The tourism industry hit out against the suggestion and plans for the tax, saying that it would be detrimental to Australia's flourishing economy in this area, reports the BBC.

People who were going to be liable to pay tax were tourists who were working in the country on holiday visas and were going to be excluded from the country's tax-free threshold from 1st July this year.

With this in place, tourists would be charged 32.5 per cent tax on every dollar that they earned in Australia.

Understandably, the tourism and farming sectors were directly opposed to this tax, as they rely on temporary workers for their staff and have been lobbying against the changes.

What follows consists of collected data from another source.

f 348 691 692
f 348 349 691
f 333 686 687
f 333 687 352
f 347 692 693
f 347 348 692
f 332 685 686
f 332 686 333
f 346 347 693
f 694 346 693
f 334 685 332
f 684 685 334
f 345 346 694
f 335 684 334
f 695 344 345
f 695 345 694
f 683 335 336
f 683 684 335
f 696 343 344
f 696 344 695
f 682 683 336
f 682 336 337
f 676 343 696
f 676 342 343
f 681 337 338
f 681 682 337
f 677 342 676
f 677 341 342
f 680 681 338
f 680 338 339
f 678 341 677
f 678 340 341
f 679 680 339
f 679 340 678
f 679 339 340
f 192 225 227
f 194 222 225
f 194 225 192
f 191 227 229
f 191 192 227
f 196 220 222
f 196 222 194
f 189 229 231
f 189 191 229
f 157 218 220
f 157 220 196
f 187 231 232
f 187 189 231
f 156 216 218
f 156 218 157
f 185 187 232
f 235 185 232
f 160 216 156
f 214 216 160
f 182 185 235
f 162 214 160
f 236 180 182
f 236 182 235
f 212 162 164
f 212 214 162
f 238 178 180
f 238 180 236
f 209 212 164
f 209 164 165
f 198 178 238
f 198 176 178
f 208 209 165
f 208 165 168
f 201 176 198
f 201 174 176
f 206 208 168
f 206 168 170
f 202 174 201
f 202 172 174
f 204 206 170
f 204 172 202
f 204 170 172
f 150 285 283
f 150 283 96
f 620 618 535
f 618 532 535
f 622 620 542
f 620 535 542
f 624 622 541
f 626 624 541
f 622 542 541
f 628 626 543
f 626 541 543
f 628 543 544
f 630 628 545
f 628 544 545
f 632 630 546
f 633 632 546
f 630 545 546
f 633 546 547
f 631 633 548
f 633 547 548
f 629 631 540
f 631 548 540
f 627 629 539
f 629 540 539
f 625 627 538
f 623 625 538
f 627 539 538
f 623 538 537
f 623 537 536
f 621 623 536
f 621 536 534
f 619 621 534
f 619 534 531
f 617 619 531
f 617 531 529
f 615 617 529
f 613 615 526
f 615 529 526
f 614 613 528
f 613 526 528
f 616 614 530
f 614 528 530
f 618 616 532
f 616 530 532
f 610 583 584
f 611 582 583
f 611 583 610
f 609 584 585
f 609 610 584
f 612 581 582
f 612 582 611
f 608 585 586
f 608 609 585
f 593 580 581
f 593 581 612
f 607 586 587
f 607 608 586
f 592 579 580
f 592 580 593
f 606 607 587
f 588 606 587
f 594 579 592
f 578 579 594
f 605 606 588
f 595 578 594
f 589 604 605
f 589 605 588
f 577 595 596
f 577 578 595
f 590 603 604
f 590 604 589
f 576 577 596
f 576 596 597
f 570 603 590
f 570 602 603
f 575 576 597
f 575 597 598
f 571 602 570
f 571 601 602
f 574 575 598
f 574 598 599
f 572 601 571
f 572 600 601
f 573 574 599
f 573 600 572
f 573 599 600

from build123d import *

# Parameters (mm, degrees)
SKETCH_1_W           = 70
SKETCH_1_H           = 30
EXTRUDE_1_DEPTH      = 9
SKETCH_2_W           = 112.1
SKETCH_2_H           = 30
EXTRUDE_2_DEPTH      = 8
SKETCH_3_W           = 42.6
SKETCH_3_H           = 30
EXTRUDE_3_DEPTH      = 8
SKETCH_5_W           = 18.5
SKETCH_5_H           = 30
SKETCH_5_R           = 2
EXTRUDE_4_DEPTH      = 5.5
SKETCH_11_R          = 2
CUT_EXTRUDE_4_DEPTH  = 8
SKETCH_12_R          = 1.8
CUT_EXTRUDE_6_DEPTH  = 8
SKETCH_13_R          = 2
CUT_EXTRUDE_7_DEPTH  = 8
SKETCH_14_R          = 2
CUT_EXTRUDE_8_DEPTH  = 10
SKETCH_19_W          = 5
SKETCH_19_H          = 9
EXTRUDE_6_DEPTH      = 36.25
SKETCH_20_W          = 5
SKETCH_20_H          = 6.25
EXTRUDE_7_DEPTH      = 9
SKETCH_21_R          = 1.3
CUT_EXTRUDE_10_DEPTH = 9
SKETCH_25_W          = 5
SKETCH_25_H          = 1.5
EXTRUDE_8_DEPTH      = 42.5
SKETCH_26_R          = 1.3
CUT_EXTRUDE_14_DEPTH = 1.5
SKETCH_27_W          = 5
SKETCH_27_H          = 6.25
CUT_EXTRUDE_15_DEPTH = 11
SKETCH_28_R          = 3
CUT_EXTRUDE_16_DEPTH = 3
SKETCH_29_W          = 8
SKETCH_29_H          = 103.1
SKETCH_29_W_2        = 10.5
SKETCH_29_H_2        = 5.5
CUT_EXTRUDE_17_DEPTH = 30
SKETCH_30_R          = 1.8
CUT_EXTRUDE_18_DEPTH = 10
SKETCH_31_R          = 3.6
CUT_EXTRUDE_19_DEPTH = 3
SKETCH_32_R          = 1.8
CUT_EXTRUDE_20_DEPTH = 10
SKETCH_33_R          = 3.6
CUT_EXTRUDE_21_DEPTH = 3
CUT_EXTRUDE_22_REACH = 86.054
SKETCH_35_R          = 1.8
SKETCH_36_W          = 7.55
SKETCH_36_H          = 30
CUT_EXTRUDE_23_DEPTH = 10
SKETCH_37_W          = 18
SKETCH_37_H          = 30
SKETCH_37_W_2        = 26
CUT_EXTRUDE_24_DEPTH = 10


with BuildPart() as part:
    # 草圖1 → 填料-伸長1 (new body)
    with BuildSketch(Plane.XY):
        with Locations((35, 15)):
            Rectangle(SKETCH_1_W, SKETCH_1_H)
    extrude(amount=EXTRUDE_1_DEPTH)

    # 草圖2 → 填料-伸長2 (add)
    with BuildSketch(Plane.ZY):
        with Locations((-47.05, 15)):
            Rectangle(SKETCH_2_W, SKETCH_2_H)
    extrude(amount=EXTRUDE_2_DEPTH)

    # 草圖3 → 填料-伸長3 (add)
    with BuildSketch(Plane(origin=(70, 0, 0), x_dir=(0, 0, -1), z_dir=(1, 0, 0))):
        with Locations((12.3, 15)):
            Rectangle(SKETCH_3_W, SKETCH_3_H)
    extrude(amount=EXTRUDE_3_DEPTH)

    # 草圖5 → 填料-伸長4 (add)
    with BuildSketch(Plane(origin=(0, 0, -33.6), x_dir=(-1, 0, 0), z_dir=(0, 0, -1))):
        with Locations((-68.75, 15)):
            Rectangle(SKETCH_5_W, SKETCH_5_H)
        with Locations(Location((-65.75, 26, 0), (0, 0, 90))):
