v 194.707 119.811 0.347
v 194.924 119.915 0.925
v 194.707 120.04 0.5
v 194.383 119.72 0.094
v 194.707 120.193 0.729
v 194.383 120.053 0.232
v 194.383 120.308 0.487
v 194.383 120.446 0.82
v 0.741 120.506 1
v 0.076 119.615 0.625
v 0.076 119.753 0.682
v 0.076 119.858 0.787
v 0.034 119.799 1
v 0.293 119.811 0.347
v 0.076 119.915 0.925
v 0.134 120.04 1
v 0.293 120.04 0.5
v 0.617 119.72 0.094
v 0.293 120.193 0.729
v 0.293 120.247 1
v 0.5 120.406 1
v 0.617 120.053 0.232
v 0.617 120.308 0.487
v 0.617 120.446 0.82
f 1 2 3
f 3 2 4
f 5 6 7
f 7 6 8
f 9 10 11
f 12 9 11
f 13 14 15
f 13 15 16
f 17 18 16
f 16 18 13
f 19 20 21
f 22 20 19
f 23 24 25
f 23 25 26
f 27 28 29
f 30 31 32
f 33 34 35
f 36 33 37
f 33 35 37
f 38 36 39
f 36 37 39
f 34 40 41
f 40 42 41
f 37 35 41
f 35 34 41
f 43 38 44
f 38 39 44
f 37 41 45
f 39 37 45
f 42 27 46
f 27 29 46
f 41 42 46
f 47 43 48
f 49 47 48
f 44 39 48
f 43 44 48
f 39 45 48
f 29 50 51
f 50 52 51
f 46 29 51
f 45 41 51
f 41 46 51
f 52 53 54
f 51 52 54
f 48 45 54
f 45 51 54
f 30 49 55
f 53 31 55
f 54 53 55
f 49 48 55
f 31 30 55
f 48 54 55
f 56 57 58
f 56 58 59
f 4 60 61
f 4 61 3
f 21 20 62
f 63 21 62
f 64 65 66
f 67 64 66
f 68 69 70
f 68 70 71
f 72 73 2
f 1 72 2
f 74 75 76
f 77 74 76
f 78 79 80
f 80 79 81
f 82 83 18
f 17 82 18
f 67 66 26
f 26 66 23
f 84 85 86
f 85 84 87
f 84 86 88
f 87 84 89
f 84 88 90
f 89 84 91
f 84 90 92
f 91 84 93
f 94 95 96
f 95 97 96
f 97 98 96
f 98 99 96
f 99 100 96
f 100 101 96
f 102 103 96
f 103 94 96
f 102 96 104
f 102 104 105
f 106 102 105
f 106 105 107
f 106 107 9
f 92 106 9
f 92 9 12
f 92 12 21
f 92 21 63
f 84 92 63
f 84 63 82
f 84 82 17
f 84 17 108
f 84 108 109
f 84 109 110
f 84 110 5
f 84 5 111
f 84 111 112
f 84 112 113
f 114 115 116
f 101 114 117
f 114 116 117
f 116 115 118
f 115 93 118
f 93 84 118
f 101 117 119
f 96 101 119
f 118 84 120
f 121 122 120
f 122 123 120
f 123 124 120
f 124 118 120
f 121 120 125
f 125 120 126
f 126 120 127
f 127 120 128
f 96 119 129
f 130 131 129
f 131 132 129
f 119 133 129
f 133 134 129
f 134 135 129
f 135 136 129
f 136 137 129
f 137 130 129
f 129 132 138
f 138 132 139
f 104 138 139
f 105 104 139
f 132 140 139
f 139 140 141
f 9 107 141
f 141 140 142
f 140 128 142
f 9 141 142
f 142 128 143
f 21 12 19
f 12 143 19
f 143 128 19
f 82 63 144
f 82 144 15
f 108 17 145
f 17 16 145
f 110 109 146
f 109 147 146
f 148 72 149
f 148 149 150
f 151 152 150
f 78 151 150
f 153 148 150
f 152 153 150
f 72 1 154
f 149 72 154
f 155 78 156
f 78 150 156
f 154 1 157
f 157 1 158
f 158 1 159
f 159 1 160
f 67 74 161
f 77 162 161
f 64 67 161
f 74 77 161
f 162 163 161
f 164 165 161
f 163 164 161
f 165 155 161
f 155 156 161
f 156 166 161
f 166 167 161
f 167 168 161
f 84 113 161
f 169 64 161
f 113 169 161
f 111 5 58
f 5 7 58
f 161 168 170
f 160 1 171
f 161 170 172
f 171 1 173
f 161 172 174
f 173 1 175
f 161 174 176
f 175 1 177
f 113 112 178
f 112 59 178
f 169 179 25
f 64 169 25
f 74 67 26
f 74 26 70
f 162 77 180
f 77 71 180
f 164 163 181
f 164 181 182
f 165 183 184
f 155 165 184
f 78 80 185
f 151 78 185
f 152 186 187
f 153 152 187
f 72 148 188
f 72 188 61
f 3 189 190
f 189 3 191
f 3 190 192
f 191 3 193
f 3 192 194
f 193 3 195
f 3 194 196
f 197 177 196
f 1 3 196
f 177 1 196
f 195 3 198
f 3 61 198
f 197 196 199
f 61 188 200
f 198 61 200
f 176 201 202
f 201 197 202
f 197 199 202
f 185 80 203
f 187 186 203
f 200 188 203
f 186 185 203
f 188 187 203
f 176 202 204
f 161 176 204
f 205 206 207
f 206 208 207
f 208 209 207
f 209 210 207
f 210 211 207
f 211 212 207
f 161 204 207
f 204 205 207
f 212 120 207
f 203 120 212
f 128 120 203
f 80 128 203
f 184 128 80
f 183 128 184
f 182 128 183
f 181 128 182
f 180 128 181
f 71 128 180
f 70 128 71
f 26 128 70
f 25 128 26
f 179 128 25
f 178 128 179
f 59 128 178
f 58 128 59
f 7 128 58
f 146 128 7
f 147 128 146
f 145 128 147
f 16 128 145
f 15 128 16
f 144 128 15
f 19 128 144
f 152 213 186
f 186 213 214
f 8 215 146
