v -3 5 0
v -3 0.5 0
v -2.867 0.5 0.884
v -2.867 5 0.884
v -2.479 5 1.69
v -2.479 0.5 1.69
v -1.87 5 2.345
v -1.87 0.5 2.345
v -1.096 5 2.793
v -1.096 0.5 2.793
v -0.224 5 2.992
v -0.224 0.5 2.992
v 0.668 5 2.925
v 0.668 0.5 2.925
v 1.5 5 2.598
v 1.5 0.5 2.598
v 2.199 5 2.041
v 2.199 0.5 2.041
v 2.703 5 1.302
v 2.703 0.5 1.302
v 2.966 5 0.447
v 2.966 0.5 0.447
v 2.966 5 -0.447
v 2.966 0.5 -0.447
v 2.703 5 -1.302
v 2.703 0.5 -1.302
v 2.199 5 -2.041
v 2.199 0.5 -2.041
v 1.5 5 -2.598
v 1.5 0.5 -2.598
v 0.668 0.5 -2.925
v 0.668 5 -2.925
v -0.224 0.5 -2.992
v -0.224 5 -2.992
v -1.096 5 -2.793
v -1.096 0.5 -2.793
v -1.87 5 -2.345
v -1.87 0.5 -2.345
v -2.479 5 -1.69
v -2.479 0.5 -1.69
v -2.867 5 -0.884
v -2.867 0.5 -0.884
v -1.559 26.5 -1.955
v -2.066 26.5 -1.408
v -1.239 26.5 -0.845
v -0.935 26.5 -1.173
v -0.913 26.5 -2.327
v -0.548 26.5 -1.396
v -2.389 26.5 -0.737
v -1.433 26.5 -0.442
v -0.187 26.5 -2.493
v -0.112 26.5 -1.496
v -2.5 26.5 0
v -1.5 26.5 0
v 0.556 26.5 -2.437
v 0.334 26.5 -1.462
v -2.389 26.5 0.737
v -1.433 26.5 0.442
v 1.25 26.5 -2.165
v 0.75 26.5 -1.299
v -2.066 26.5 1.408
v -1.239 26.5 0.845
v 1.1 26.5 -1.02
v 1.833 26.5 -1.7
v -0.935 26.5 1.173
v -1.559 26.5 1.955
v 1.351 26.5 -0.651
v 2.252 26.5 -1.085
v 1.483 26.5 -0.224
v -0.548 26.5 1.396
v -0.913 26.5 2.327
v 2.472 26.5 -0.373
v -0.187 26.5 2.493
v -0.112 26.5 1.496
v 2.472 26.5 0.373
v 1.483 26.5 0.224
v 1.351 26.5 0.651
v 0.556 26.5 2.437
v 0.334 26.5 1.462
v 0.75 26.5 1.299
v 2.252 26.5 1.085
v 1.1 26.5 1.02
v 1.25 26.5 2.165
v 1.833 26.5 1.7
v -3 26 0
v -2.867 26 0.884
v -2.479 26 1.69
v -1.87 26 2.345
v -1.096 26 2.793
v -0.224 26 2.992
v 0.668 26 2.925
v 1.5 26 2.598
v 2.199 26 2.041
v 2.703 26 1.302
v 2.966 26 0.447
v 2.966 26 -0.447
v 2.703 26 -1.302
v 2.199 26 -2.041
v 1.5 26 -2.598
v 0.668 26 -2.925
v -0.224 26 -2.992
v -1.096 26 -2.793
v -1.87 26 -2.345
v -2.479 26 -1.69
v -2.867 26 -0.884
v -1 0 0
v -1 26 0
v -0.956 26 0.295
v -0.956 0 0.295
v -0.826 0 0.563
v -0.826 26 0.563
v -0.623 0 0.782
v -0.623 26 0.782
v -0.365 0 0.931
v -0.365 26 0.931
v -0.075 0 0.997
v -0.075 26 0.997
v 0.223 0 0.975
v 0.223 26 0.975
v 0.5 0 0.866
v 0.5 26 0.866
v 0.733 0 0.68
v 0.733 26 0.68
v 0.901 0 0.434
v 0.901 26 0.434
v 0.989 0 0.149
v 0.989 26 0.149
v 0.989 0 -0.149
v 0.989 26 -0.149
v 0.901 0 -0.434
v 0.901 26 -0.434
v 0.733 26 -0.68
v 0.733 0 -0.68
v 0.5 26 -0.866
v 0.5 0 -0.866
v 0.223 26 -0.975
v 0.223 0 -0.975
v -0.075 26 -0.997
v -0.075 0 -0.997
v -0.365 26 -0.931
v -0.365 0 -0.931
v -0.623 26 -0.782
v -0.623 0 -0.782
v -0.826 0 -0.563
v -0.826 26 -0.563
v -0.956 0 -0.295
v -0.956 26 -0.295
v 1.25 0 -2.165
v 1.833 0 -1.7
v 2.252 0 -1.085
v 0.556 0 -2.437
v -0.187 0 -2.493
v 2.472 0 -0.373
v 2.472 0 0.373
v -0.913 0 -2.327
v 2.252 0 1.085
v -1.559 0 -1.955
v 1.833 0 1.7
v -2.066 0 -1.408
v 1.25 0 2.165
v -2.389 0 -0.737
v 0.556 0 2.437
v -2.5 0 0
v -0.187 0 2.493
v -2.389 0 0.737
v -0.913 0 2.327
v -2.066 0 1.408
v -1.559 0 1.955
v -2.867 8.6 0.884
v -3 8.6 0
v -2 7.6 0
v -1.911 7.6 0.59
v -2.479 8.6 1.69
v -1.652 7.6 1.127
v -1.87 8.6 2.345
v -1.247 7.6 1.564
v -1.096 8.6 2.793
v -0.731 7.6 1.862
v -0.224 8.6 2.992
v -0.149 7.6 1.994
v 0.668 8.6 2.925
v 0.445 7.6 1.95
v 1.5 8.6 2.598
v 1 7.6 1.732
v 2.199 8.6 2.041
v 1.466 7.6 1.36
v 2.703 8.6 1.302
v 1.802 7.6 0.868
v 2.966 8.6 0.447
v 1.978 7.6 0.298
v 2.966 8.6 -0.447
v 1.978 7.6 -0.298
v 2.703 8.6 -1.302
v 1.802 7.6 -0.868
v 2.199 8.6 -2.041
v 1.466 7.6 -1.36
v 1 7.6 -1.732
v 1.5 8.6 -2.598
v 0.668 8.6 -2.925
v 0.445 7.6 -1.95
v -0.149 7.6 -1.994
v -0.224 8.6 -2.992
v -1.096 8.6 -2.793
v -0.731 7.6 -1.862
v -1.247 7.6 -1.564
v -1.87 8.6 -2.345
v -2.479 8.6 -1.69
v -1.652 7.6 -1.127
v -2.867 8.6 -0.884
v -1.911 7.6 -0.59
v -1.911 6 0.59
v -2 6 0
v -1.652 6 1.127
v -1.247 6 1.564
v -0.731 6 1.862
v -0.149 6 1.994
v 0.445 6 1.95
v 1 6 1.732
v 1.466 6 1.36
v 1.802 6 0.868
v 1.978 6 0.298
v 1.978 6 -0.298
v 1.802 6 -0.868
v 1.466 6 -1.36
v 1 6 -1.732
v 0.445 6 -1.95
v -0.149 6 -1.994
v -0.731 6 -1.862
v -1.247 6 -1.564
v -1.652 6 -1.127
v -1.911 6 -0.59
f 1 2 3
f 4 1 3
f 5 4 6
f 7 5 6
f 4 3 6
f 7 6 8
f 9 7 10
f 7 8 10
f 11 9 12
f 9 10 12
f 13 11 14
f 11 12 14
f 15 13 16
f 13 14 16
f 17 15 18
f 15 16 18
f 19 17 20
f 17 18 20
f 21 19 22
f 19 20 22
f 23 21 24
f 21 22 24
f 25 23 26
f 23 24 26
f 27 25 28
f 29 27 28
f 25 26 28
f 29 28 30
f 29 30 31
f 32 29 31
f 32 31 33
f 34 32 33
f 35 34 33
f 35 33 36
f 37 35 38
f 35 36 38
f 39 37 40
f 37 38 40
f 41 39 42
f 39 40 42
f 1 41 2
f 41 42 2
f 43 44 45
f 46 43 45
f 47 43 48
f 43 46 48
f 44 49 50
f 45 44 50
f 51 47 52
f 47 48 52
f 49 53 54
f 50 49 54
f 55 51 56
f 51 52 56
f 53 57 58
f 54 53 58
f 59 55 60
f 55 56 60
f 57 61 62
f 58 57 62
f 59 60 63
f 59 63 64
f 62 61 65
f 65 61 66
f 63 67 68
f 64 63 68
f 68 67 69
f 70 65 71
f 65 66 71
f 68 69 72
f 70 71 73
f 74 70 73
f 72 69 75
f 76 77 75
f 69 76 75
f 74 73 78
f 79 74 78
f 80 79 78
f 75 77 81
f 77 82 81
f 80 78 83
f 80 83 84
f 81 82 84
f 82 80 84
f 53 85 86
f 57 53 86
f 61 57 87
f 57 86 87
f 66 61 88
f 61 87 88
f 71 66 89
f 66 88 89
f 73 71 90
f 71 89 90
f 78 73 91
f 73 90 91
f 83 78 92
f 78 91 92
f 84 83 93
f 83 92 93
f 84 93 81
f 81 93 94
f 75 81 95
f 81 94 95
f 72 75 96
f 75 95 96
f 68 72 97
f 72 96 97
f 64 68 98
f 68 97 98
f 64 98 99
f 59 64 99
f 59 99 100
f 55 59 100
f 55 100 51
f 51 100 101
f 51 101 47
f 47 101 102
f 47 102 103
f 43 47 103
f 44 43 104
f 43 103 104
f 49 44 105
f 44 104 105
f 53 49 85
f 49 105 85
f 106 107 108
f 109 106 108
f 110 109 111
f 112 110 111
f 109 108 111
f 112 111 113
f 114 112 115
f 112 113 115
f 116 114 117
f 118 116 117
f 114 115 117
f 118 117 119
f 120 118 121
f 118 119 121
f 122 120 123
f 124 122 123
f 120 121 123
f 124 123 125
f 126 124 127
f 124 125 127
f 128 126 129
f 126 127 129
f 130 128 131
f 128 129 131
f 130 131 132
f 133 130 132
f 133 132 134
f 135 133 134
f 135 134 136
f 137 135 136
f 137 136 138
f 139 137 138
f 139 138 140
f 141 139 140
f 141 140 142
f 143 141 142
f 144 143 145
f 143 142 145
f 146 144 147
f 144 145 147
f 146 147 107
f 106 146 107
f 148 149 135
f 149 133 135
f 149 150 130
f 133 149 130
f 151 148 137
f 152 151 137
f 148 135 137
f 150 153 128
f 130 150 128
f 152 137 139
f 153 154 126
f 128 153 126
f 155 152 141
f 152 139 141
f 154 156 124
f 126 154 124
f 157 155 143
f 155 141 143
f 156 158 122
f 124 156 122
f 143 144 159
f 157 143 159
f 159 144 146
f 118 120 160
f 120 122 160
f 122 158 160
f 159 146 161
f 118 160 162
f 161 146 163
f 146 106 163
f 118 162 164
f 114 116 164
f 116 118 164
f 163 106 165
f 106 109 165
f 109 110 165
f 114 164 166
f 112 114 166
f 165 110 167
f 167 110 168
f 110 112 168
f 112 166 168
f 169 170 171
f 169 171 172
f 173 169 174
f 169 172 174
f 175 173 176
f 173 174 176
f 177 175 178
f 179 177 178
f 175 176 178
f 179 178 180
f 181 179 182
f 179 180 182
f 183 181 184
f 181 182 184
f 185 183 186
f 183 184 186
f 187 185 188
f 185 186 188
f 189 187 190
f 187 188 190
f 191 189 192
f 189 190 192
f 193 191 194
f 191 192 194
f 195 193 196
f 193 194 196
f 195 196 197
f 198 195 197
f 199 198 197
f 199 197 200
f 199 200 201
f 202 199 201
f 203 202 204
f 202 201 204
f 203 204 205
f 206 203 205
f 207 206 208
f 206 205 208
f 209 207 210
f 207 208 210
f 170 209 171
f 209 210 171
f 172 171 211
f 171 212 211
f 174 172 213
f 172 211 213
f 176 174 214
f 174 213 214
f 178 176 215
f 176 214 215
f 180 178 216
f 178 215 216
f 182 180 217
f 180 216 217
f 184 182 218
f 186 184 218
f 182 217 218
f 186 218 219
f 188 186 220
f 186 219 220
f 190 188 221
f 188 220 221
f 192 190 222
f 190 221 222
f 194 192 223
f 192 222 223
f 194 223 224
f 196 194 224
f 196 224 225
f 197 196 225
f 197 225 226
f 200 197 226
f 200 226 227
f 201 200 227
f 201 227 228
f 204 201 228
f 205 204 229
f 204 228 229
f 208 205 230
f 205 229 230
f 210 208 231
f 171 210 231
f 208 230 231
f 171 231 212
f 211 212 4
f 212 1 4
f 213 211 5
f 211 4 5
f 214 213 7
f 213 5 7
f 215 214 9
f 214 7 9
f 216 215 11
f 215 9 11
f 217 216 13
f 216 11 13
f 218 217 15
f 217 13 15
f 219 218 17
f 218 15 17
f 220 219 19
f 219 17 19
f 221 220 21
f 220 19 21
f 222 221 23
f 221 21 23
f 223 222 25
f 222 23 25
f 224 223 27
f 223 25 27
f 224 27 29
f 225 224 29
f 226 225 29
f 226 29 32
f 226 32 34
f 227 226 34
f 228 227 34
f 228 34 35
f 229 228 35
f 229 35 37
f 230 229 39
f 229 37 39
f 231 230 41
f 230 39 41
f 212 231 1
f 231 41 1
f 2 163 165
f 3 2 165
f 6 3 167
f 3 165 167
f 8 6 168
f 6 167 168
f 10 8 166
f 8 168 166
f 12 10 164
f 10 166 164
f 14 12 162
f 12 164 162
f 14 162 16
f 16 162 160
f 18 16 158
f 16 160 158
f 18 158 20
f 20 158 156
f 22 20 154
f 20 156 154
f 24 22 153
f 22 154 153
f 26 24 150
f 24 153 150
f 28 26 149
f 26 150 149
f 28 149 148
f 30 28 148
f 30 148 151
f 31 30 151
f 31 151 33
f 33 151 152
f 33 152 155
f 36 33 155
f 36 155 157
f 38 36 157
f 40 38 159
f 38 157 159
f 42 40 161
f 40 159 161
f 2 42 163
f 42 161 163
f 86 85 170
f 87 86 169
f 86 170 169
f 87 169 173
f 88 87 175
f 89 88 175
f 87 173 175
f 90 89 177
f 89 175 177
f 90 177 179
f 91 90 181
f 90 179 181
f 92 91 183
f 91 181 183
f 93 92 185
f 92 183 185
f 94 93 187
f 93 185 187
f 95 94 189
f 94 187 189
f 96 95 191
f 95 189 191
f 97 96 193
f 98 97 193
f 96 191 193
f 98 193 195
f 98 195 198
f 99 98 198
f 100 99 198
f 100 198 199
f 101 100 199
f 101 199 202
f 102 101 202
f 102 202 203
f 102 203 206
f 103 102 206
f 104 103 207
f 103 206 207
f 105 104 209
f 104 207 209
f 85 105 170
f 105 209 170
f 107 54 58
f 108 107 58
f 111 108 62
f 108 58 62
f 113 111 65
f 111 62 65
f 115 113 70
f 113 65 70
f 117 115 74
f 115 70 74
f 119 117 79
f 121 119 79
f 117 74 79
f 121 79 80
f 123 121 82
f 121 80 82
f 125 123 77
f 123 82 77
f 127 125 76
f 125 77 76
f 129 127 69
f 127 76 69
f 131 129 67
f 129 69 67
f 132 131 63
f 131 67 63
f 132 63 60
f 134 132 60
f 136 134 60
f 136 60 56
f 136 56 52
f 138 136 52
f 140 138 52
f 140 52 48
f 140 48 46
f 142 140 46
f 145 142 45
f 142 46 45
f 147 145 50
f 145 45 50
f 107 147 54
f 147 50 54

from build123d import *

# Parameters (mm, degrees)
CHAMFER2_SIZE = 0.5


with BuildPart() as part:
    # Sketch4 → Revolve1 (revolve)
    with BuildSketch(Plane.XY):
        Polygon((-1, 0), (-1, 26.5), (-3, 26.5), (-3, 8.6), (-2, 7.6), (-2, 6), (-3, 5), (-3, 0), align=None)
    revolve(axis=Axis((0, -1000, 0), (0, 1, 0)))

    # Chamfer2
    chamfer2_edges = [part.edges().sort_by_distance(p)[0] for p in [
        (3, 0, 0),
        (3, 26.5, 0),
        (1, 26.5, 0),
    ]]
    chamfer(chamfer2_edges, length=CHAMFER2_SIZE)


solid = part.part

They have been worried that by the government bringing in this tax, tourists would choose instead to go to work and travel in New Zealand and Canada.

Fears that this would affect the amount of tourists coming to Australia were already being realised, as applications for working holiday visas in the country had already begun to shrink with the press publicising the potential plans.

The amount had dropped by five per cent, which is substantial considering that during the 2014 to 2015 season, Australia granted 214,830 working holiday visas to travellers.

However, the tax is, so far, being deferred for the next six months while the government decides if the plans would work long-term.

Kelly O'Dwyer, assistant treasurer, said: "I can tell you with great certainty that this is very good news for rural and regional communities; it's good news for our tourism sector; and it's good news for working holiday makers."